On appelle un tourbillon violent une tornade. Celle-ci était un peu particulière en ce sens qu’on lui avait confié la mission de se déployer au Liban, et de happer tout ce qui ne lui plaisait pas.
Dès son entrée dans l’espace libanais, la première chose qu’elle remarqua fut l’emprise des grandes familles sur tout ce qui respirait. Politique, économie, médias, les familles contrôlaient les structures du pays, donc le gagne-pain de tout un peuple, agenouillé pour préserver sa survie.
Ensuite les clergés firent leur apparition. Multiples et puissants, ils étaient incontournables, face à un peuple à qui on vendait dieux et prophètes à gogo.
Elle lut la presse et regarda les chaînes de télé. Choquant de constater la partialité et les partis pris, d’un média à l’autre. On aurait du mal à croire être dans un même pays. Même les feuilletons du soir étaient dégradants. Décidément.
Ensuite, elle se rendit dans une banque. La faillite avait fait son travail. Des clients pétrifiés. Des guichets arrogants. Une directrice devenue paranoïaque. Des videurs à la porte qui se prenaient pour Jupiter.
La tornade décida de voir les ambassades. Elle en avait choisi quelques-unes, les plus célèbres. Des édifices mystérieux et secrets sortis de contes de fées. Dans les salons haut de gamme, on complotait. Dehors, des files interminables pour obtenir un visa, ne serait-ce que pour quelques jours.
Puis elle tenta sa chance auprès des ministères qu’on appelle, drôlement, souverainistes.
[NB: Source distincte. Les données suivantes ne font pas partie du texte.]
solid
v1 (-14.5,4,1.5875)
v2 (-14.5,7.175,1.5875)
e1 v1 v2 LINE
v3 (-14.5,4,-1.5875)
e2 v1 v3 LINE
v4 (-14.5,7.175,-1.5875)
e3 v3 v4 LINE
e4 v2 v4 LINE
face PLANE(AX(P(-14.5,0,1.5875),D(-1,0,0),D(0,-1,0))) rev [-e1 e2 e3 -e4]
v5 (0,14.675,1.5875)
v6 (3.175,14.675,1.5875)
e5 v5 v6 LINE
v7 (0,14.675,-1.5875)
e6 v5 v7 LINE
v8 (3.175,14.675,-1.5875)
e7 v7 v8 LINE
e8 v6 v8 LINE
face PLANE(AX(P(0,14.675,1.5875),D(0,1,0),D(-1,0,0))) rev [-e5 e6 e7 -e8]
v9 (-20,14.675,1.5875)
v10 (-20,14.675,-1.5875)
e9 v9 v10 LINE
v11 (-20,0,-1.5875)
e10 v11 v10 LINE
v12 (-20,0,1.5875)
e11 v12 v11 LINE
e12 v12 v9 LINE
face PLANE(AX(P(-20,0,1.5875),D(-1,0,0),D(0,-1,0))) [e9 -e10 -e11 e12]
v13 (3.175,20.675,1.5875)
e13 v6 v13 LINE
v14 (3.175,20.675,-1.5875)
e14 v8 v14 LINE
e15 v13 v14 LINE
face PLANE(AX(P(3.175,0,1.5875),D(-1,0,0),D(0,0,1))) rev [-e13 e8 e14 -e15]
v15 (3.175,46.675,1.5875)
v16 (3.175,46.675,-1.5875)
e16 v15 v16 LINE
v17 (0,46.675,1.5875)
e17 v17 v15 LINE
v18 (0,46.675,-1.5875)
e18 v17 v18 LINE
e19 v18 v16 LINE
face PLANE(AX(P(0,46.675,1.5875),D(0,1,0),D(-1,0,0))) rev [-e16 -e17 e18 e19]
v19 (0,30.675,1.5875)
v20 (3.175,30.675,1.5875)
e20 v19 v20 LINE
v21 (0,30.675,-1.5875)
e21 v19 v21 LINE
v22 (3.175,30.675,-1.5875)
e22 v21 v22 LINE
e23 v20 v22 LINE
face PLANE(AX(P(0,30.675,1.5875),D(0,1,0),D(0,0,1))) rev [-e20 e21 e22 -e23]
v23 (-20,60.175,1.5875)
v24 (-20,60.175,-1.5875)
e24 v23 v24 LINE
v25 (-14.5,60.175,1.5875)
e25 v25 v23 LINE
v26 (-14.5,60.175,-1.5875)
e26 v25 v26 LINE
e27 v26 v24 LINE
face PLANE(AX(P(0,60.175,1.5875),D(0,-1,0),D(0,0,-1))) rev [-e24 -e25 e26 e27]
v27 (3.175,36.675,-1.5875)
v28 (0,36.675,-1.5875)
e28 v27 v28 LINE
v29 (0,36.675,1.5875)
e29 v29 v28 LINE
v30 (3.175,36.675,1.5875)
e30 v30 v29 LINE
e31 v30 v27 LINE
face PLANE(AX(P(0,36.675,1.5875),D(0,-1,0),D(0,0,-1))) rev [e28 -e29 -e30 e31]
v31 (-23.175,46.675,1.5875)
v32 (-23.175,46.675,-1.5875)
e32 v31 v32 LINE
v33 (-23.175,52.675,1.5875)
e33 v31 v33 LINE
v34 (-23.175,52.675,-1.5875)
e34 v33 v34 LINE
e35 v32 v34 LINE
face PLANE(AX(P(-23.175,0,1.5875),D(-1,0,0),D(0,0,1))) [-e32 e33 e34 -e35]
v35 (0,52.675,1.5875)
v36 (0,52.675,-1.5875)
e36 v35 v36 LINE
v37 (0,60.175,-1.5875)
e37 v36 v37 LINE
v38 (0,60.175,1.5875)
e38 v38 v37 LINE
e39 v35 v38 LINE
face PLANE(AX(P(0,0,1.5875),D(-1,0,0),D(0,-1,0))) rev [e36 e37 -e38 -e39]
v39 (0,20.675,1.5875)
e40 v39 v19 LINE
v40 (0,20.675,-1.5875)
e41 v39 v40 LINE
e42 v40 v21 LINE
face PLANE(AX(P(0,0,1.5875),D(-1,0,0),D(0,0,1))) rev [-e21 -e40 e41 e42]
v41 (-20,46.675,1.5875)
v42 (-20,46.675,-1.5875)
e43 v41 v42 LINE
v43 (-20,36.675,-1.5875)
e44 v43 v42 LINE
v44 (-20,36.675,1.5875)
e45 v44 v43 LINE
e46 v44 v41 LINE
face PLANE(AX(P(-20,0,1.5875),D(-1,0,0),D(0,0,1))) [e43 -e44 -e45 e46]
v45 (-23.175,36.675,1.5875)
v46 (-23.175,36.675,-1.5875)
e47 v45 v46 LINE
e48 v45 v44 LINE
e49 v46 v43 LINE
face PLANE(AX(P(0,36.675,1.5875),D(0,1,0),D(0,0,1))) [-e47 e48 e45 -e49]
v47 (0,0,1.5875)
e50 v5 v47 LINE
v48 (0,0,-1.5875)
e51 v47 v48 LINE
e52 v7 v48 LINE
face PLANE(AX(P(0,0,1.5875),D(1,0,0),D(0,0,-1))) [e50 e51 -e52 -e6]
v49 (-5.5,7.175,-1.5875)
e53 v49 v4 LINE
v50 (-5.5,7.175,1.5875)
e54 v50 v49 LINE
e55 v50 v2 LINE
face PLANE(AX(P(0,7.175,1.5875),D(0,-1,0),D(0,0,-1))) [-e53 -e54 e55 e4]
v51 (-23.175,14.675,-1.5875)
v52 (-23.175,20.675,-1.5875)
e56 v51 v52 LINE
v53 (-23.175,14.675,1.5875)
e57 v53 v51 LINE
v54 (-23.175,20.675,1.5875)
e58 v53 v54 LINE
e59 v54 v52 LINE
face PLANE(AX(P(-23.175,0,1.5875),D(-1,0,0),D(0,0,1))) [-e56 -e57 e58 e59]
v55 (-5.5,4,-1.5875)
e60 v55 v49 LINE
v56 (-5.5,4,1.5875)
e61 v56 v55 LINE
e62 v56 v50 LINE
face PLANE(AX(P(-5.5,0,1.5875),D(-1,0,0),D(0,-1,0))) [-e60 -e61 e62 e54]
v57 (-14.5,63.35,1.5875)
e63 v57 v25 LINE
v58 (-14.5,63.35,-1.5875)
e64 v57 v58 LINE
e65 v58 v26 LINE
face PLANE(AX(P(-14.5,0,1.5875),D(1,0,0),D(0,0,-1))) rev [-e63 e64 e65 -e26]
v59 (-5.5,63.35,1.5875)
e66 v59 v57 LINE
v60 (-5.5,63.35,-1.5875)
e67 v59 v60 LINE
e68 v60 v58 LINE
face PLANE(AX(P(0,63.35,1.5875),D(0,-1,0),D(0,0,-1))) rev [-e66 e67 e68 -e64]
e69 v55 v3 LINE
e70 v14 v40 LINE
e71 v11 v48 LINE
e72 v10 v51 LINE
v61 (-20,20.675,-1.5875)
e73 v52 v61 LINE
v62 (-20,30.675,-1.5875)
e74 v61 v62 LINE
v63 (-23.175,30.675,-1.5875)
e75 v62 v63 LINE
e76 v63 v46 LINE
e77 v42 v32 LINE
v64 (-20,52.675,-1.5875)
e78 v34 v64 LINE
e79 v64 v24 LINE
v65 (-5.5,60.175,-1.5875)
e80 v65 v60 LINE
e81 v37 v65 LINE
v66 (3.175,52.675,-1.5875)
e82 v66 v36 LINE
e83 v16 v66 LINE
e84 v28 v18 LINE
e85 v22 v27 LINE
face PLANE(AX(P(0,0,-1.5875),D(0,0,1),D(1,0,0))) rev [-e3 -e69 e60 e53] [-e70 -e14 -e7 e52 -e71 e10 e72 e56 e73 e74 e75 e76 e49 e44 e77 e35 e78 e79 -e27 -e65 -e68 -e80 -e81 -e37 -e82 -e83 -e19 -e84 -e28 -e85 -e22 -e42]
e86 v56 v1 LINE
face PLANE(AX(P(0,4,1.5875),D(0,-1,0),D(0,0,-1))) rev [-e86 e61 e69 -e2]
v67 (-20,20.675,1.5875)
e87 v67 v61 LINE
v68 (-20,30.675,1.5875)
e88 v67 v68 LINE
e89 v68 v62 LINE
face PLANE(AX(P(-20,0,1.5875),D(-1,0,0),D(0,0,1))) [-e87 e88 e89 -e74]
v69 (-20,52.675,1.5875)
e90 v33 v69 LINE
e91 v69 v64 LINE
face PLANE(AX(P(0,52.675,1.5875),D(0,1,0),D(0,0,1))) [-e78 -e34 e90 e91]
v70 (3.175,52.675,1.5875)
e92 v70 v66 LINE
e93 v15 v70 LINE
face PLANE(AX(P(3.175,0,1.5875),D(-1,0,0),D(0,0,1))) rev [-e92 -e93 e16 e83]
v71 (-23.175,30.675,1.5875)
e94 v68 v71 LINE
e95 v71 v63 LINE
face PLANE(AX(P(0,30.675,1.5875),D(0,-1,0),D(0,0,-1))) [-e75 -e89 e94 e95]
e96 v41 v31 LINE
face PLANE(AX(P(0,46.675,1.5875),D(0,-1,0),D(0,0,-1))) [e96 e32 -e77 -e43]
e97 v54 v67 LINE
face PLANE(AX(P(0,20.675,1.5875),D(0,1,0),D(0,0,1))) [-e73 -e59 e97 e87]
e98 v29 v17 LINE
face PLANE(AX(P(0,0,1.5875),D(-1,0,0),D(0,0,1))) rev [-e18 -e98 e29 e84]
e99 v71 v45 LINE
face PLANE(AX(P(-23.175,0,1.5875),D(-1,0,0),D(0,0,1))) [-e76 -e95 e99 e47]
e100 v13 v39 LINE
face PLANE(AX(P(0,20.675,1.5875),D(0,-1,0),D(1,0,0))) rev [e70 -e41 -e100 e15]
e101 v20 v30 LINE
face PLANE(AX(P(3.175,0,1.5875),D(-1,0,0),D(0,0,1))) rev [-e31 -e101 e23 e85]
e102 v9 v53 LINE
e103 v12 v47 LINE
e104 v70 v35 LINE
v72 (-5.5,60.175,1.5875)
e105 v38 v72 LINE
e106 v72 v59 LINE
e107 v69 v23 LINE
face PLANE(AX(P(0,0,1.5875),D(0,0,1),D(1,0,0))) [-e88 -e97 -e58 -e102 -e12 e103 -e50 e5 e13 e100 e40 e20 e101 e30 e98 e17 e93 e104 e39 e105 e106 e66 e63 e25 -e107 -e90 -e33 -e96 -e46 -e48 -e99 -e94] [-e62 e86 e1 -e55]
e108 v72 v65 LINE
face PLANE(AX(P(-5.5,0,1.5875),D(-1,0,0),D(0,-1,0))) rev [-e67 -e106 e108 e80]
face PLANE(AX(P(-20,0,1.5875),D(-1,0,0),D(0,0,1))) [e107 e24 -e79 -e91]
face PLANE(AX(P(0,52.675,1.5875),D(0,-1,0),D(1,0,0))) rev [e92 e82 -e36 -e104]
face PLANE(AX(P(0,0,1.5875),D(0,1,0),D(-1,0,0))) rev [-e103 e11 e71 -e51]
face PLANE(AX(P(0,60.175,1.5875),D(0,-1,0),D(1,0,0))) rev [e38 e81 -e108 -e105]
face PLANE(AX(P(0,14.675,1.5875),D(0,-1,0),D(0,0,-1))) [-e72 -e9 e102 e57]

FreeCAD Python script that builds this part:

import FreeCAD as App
import Part
import Sketcher
from FreeCAD import Vector


def add_polygon(sketch, points):
    """Adds a closed chain of lines whose ends are joined by coincident constraints."""
    first, n = sketch.GeometryCount, len(points)
    for a, b in zip(points, points[1:] + points[:1]):
        sketch.addGeometry(Part.LineSegment(App.Vector(*a, 0), App.Vector(*b, 0)), False)
    for i in range(n):
        sketch.addConstraint(Sketcher.Constraint("Coincident", first + i, 2, first + (i + 1) % n, 1))

doc = App.newDocument("Part")
body = doc.addObject("PartDesign::Body", "Body")

# Sketch on XY plane
sketch1 = body.newObject("Sketcher::SketchObject", "Sketch")
sketch1.AttachmentSupport = (doc.getObject("XY_Plane"), [""])
sketch1.MapMode = "FlatFace"
add_polygon(sketch1, [(0, 14.7), (3.2, 14.7), (3.2, 20.7), (0, 20.7), (0, 30.7), (3.2, 30.7), (3.2, 36.7), (0, 36.7), (0, 46.7), (3.2, 46.7), (3.2, 52.7), (0, 52.7), (0, 60.2), (-5.5, 60.2), (-5.5, 63.4), (-14.5, 63.4), (-14.5, 60.2), (-20, 60.2), (-20, 52.7), (-23.2, 52.7), (-23.2, 46.7), (-20, 46.7), (-20, 36.7), (-23.2, 36.7), (-23.2, 30.7), (-20, 30.7), (-20, 20.7), (-23.2, 20.7), (-23.2, 14.7), (-20, 14.7), (-20, 0), (0, 0)])  # lines 0-31
add_polygon(sketch1, [(-5.5, 4), (-14.5, 4), (-14.5, 7.2), (-5.5, 7.2)])  # lines 32-35
sketch1.addConstraint([
    Sketcher.Constraint("Horizontal", 0),
    Sketcher.Constraint("Vertical", 1),
    Sketcher.Constraint("Horizontal", 2),
    Sketcher.Constraint("Vertical", 3),
    Sketcher.Constraint("Horizontal", 4),
    Sketcher.Constraint("Vertical", 5),
    Sketcher.Constraint("Horizontal", 6),
    Sketcher.Constraint("Vertical", 7),
    Sketcher.Constraint("Horizontal", 8),
    Sketcher.Constraint("Vertical", 9),
    Sketcher.Constraint("Horizontal", 10),
    Sketcher.Constraint("Vertical", 11),
    Sketcher.Constraint("Horizontal", 12),
    Sketcher.Constraint("Vertical", 13),
    Sketcher.Constraint("Horizontal", 14),
    Sketcher.Constraint("Vertical", 15),
    Sketcher.Constraint("Horizontal", 16),
    Sketcher.Constraint("Vertical", 17),
    Sketcher.Constraint("Horizontal", 18),
    Sketcher.Constraint("Vertical", 19),
    Sketcher.Constraint("Horizontal", 20),
    Sketcher.Constraint("Vertical", 21),
    Sketcher.Constraint("Horizontal", 22),
    Sketcher.Constraint("Vertical", 23),
    Sketcher.Constraint("Horizontal", 24),
    Sketcher.Constraint("Vertical", 25),
    Sketcher.Constraint("Horizontal", 26),
    Sketcher.Constraint("Vertical", 27),
    Sketcher.Constraint("Horizontal", 28),
    Sketcher.Constraint("Vertical", 29),
    Sketcher.Constraint("Horizontal", 30),
    Sketcher.Constraint("Vertical", 31),
    Sketcher.Constraint("Horizontal", 32),
    Sketcher.Constraint("Vertical", 33),
    Sketcher.Constraint("Horizontal", 34),
    Sketcher.Constraint("Vertical", 35),
    Sketcher.Constraint("Coincident", 30, 2, -1, 1),
    Sketcher.Constraint("PointOnObject", 2, 2, -2),
    Sketcher.Constraint("PointOnObject", 6, 2, -2),
    Sketcher.Constraint("PointOnObject", 10, 2, -2),
    Sketcher.Constraint("Horizontal", 12, 2, 15, 2),
    Sketcher.Constraint("Horizontal", 10, 2, 17, 2),
    Sketcher.Constraint("Horizontal", 8, 2, 19, 2),
    Sketcher.Constraint("Horizontal", 6, 2, 21, 2),
    Sketcher.Constraint("Horizontal", 4, 2, 23, 2),
    Sketcher.Constraint("Horizontal", 2, 2, 25, 2),
    Sketcher.Constraint("Horizontal", 0, 2, 27, 2),
    Sketcher.Constraint("Vertical", 1, 2, 4, 2),
    Sketcher.Constraint("Vertical", 5, 2, 8, 2),
    Sketcher.Constraint("Vertical", 17, 2, 20, 2),
    Sketcher.Constraint("Vertical", 19, 2, 22, 2),
    Sketcher.Constraint("Vertical", 21, 2, 24, 2),
    Sketcher.Constraint("Vertical", 23, 2, 26, 2),
    Sketcher.Constraint("Vertical", 25, 2, 28, 2),
    Sketcher.Constraint("Vertical", 15, 2, 32, 2),
    Sketcher.Constraint("Vertical", 13, 2, 34, 2),
    Sketcher.Constraint("Equal", 12, 16),
    Sketcher.Constraint("Equal", 10, 18),
    Sketcher.Constraint("Equal", 1, 5),
    Sketcher.Constraint("Equal", 3, 7),
    Sketcher.Constraint("Equal", 5, 9),
    Sketcher.Constraint("Equal", 28, 13),
    Sketcher.Constraint("Equal", 15, 33),
    Sketcher.Constraint("DistanceX", 14, 2, 14, 1, 9.0),
    Sketcher.Constraint("DistanceX", 30, 1, 30, 2, 20.0),
    Sketcher.Constraint("DistanceY", 1, 1, 1, 2, 6.0),
    Sketcher.Constraint("DistanceY", 3, 1, 3, 2, 10.0),
    Sketcher.Constraint("DistanceY", 11, 1, 11, 2, 7.5),
    Sketcher.Constraint("DistanceY", -1, 1, 32, 2, 4.0),
    Sketcher.Constraint("DistanceY", 33, 2, 28, 2, 7.5),
    Sketcher.Constraint("DistanceX", 0, 1, 0, 2, 3.175),
])
pad1 = body.newObject("PartDesign::Pad", "Pad")
pad1.Profile = sketch1
pad1.Length = 3.175
pad1.Midplane = True

doc.recompute()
Fenêtres et portes fermées. On lui refusa poliment l’entrée. Alors, elle eut l’idée de se déguiser en femme fatale : costume parisien jupe courte, perruque coupe années 60, escarpins en peau de lézard, rouge à lèvres fuchsia, lentilles yeux bleus, lunettes cadre noir. Les portes perdirent leur secret et s’ouvrirent sur des hommes ébahis qu’on aurait dit venus d’un siècle méconnu des livres d’histoire.
Elle entreprit de faire un tour des prisons. Elle ne trouva que les délinquants de droit commun. Les gangsters de droit public n’y étaient point.
Dans sa longue tournée, elle s’en alla place de l’étoile. Surnom datant du mandat français. Quelques soldats ennuyés gardaient la porte iconique du parlement. Elle aborda l’un d’eux, un moustachu qui puait le narguilé. Il lui conseilla gentiment de revenir le lendemain, la session du jour ayant été annulée pour des raisons qui ne la regardaient pas.
Dans la rue adjacente, elle croisa une sorcière, nommée corruption, qui prit son temps pour expliquer que sans sa présence, rien n’allait plus, le moulin s’arrêtait. La tornade fit semblant de comprendre. La sorcière lui conseilla même de traverser la rue, et rencontrer ses vieux cousins, le confessionnalisme et le clientélisme. Ils lui en diraient plus, affirmait-elle. Il y avait aussi le militantisme, vieille tradition au pays des merveilles. La tornade eut un petit sourire pour la remercier, promettant de revenir la voir dès que sa tournée était bouclée.
Là-haut dans le ciel, elle entendit le bourdonnement du drone devenu l’ami inséparable d’une capitale qu’on avait déjà décapitée. Tel un moustique, il scrutait les points sensibles de la peau d’une ville, mille fois brûlée, avant de la piquer.
Vers la fin de son épopée, elle prit soin de lire la Constitution. Elle n’y a rien compris, bien qu’elle fût elle-même juriste pour quelque temps.
Elle eut l’idée d’inspecter l’armée, fauchée, les champs pétroliers, inertes, la Finul, passive. Elle aurait voulu voir de près la misère des camps de réfugiés. Mais c’en était trop pour une seule journée.
Alors, elle décida d’emporter d’un coup de tourbillon tout ce qu’elle avait vu, avec la force que seule une tornade pouvait avoir. En attendant de revenir le lendemain. Il restait des choses à voir. Elle en était certaine.